··· Supplied material ···

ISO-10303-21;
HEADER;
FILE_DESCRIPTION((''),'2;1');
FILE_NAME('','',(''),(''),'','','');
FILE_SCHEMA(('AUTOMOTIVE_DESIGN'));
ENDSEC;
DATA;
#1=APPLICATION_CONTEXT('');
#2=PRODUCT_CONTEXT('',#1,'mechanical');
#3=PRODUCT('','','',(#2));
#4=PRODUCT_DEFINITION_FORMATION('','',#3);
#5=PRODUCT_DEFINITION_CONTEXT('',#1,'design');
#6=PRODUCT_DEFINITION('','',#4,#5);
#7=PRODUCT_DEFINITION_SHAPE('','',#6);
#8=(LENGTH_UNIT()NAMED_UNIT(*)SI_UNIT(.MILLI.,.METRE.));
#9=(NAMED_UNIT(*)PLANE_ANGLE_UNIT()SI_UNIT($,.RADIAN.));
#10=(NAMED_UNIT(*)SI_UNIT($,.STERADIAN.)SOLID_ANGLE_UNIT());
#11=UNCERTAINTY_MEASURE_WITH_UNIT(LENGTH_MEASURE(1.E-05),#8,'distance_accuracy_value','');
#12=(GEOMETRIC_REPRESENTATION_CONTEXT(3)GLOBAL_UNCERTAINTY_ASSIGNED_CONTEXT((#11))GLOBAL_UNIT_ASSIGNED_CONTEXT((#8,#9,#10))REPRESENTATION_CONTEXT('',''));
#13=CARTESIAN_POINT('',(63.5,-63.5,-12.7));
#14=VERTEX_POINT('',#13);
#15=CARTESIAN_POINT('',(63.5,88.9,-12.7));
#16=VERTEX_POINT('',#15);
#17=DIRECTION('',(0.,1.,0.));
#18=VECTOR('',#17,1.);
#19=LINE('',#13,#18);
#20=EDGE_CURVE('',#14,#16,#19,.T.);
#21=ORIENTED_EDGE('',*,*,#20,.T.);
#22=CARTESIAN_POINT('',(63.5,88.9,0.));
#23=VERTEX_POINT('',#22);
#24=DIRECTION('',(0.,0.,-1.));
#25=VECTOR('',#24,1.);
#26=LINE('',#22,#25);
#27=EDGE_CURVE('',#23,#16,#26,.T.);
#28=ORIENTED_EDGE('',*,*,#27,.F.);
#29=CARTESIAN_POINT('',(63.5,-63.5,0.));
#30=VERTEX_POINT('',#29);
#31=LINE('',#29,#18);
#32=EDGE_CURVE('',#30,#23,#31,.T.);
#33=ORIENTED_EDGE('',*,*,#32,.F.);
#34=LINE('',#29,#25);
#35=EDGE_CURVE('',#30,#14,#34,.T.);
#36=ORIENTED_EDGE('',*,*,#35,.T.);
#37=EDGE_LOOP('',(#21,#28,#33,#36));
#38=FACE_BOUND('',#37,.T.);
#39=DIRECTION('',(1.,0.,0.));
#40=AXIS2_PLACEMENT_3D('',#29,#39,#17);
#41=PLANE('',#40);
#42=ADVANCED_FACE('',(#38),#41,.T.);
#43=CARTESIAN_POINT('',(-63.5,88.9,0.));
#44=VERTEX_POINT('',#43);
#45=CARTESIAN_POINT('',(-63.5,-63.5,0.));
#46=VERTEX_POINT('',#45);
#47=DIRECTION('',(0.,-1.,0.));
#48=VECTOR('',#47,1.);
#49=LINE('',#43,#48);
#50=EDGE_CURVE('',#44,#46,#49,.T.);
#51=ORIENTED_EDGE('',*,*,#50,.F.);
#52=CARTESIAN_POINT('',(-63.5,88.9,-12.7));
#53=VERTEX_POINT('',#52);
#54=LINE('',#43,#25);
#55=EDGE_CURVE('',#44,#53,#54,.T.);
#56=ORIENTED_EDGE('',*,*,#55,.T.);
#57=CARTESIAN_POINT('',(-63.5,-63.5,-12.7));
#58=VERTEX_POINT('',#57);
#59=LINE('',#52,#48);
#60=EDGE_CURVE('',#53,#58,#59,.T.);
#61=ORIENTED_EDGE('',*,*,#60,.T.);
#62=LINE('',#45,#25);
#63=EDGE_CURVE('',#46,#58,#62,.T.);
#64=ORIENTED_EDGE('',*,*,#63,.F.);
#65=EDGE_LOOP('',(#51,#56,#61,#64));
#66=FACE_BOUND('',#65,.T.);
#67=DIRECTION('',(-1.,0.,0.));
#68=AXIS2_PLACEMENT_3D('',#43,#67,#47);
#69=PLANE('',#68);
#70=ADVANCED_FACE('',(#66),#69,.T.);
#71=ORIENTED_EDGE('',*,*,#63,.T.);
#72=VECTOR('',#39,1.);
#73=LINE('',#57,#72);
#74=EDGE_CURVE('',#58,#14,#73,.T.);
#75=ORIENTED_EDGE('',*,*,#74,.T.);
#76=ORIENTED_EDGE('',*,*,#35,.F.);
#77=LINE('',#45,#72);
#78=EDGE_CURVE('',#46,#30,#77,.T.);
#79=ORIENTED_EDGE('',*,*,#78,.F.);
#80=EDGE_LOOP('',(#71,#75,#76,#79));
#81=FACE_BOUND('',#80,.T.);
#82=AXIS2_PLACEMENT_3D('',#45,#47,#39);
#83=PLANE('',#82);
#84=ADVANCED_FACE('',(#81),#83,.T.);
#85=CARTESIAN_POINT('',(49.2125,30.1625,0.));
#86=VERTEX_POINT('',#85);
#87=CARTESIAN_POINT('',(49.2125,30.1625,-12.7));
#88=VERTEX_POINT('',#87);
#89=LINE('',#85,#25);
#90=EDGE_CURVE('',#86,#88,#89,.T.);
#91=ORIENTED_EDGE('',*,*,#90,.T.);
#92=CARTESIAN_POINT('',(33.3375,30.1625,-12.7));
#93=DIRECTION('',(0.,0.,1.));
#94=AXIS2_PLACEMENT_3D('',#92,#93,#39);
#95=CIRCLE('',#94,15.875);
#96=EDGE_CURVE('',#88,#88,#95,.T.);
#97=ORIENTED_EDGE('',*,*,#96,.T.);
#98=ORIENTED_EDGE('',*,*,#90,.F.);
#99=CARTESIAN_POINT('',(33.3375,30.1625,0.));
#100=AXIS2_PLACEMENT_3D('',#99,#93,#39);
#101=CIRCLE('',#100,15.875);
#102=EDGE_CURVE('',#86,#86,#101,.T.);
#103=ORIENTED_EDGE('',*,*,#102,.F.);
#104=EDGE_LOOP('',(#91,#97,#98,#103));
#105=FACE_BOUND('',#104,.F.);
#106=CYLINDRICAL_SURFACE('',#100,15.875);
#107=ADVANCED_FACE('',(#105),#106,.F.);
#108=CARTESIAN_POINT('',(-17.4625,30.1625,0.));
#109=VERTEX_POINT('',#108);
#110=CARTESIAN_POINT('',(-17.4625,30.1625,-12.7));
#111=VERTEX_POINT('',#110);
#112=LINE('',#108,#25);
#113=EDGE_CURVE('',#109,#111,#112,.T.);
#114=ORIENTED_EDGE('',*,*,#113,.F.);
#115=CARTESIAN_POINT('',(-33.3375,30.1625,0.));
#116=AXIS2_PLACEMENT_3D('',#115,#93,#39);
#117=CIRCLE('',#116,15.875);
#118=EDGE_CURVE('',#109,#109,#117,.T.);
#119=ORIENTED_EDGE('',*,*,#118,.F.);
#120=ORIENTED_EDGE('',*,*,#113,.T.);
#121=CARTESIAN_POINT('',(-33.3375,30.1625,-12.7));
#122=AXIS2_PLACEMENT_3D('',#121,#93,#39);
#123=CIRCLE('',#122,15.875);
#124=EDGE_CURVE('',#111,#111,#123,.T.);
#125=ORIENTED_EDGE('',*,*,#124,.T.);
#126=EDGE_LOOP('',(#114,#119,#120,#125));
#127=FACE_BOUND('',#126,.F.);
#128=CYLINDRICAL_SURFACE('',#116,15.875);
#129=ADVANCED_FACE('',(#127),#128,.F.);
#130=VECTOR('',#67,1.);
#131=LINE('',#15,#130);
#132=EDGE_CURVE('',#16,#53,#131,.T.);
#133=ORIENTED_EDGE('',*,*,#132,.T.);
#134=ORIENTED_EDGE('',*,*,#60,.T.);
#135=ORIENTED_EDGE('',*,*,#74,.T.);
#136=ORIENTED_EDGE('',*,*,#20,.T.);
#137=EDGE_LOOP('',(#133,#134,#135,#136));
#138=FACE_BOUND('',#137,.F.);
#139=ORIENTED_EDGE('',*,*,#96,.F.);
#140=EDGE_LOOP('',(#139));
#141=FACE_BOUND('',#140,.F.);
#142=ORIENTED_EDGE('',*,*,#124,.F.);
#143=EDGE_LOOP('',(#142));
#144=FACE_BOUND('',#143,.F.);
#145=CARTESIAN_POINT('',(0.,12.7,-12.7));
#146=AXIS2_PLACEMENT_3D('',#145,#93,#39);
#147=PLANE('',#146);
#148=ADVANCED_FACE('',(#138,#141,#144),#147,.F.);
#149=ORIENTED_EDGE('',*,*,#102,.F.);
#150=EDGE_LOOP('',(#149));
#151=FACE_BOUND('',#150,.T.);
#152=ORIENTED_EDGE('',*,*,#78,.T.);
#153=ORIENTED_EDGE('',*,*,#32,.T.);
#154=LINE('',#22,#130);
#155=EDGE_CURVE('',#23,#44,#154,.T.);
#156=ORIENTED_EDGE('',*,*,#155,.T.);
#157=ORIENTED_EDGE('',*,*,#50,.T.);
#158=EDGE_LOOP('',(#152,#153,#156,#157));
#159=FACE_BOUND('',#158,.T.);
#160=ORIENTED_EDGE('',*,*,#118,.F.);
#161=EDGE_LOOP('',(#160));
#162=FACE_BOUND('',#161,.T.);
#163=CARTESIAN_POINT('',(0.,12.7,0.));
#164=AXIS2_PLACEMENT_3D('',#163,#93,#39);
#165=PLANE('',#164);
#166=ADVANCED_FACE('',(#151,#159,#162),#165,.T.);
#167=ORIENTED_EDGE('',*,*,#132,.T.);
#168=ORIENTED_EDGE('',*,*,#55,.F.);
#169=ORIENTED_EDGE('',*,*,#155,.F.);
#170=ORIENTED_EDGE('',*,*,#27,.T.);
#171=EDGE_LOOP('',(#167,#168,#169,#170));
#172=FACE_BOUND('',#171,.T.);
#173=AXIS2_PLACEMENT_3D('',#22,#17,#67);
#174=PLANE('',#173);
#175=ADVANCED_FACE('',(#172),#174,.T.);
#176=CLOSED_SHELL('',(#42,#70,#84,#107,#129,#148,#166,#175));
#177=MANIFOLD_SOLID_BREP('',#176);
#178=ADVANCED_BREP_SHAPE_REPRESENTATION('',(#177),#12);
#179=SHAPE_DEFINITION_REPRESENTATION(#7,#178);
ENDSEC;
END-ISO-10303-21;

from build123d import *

# Parameters (mm, degrees)
F1_DEPTH = 12.7
F2_R     = 15.875
F3_DEPTH = 25.4


with BuildPart() as f1:
    # F0 (on Top) → F1 (new body)
    with BuildSketch(Plane.XY):
        Polygon((-63.5, -63.5), (63.5, -63.5), (63.5, 63.5), (63.5, 88.9), (-63.5, 88.9), (-63.5, 63.5), align=None)
    extrude(amount=-F1_DEPTH)

    # F2 (on face) → F3 (cut)
    with BuildSketch(Plane.XY):
        with Locations((-33.3375, 30.1625)):
            Circle(F2_R)
        with Locations((33.3375, 30.1625)):
            Circle(F2_R)
    extrude(amount=-F3_DEPTH, mode=Mode.SUBTRACT)


solid = f1.part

···

▶ _Task to carry out_: Please reproduce the lines from the line with "#151=FACE_BOUND('',#150,.T.);" to the line with "END-ISO-10303-21;", both ends included, exactly as they appear above.

▶ _Output of the exercise_:
#151=FACE_BOUND('',#150,.T.);
#152=ORIENTED_EDGE('',*,*,#78,.T.);
#153=ORIENTED_EDGE('',*,*,#32,.T.);
#154=LINE('',#22,#130);
#155=EDGE_CURVE('',#23,#44,#154,.T.);
#156=ORIENTED_EDGE('',*,*,#155,.T.);
#157=ORIENTED_EDGE('',*,*,#50,.T.);
#158=EDGE_LOOP('',(#152,#153,#156,#157));
#159=FACE_BOUND('',#158,.T.);
#160=ORIENTED_EDGE('',*,*,#118,.F.);
#161=EDGE_LOOP('',(#160));
#162=FACE_BOUND('',#161,.T.);
#163=CARTESIAN_POINT('',(0.,12.7,0.));
#164=AXIS2_PLACEMENT_3D('',#163,#93,#39);
#165=PLANE('',#164);
#166=ADVANCED_FACE('',(#151,#159,#162),#165,.T.);
#167=ORIENTED_EDGE('',*,*,#132,.T.);
#168=ORIENTED_EDGE('',*,*,#55,.F.);
#169=ORIENTED_EDGE('',*,*,#155,.F.);
#170=ORIENTED_EDGE('',*,*,#27,.T.);
#171=EDGE_LOOP('',(#167,#168,#169,#170));
#172=FACE_BOUND('',#171,.T.);
#173=AXIS2_PLACEMENT_3D('',#22,#17,#67);
#174=PLANE('',#173);
#175=ADVANCED_FACE('',(#172),#174,.T.);
#176=CLOSED_SHELL('',(#42,#70,#84,#107,#129,#148,#166,#175));
#177=MANIFOLD_SOLID_BREP('',#176);
#178=ADVANCED_BREP_SHAPE_REPRESENTATION('',(#177),#12);
#179=SHAPE_DEFINITION_REPRESENTATION(#7,#178);
ENDSEC;
END-ISO-10303-21;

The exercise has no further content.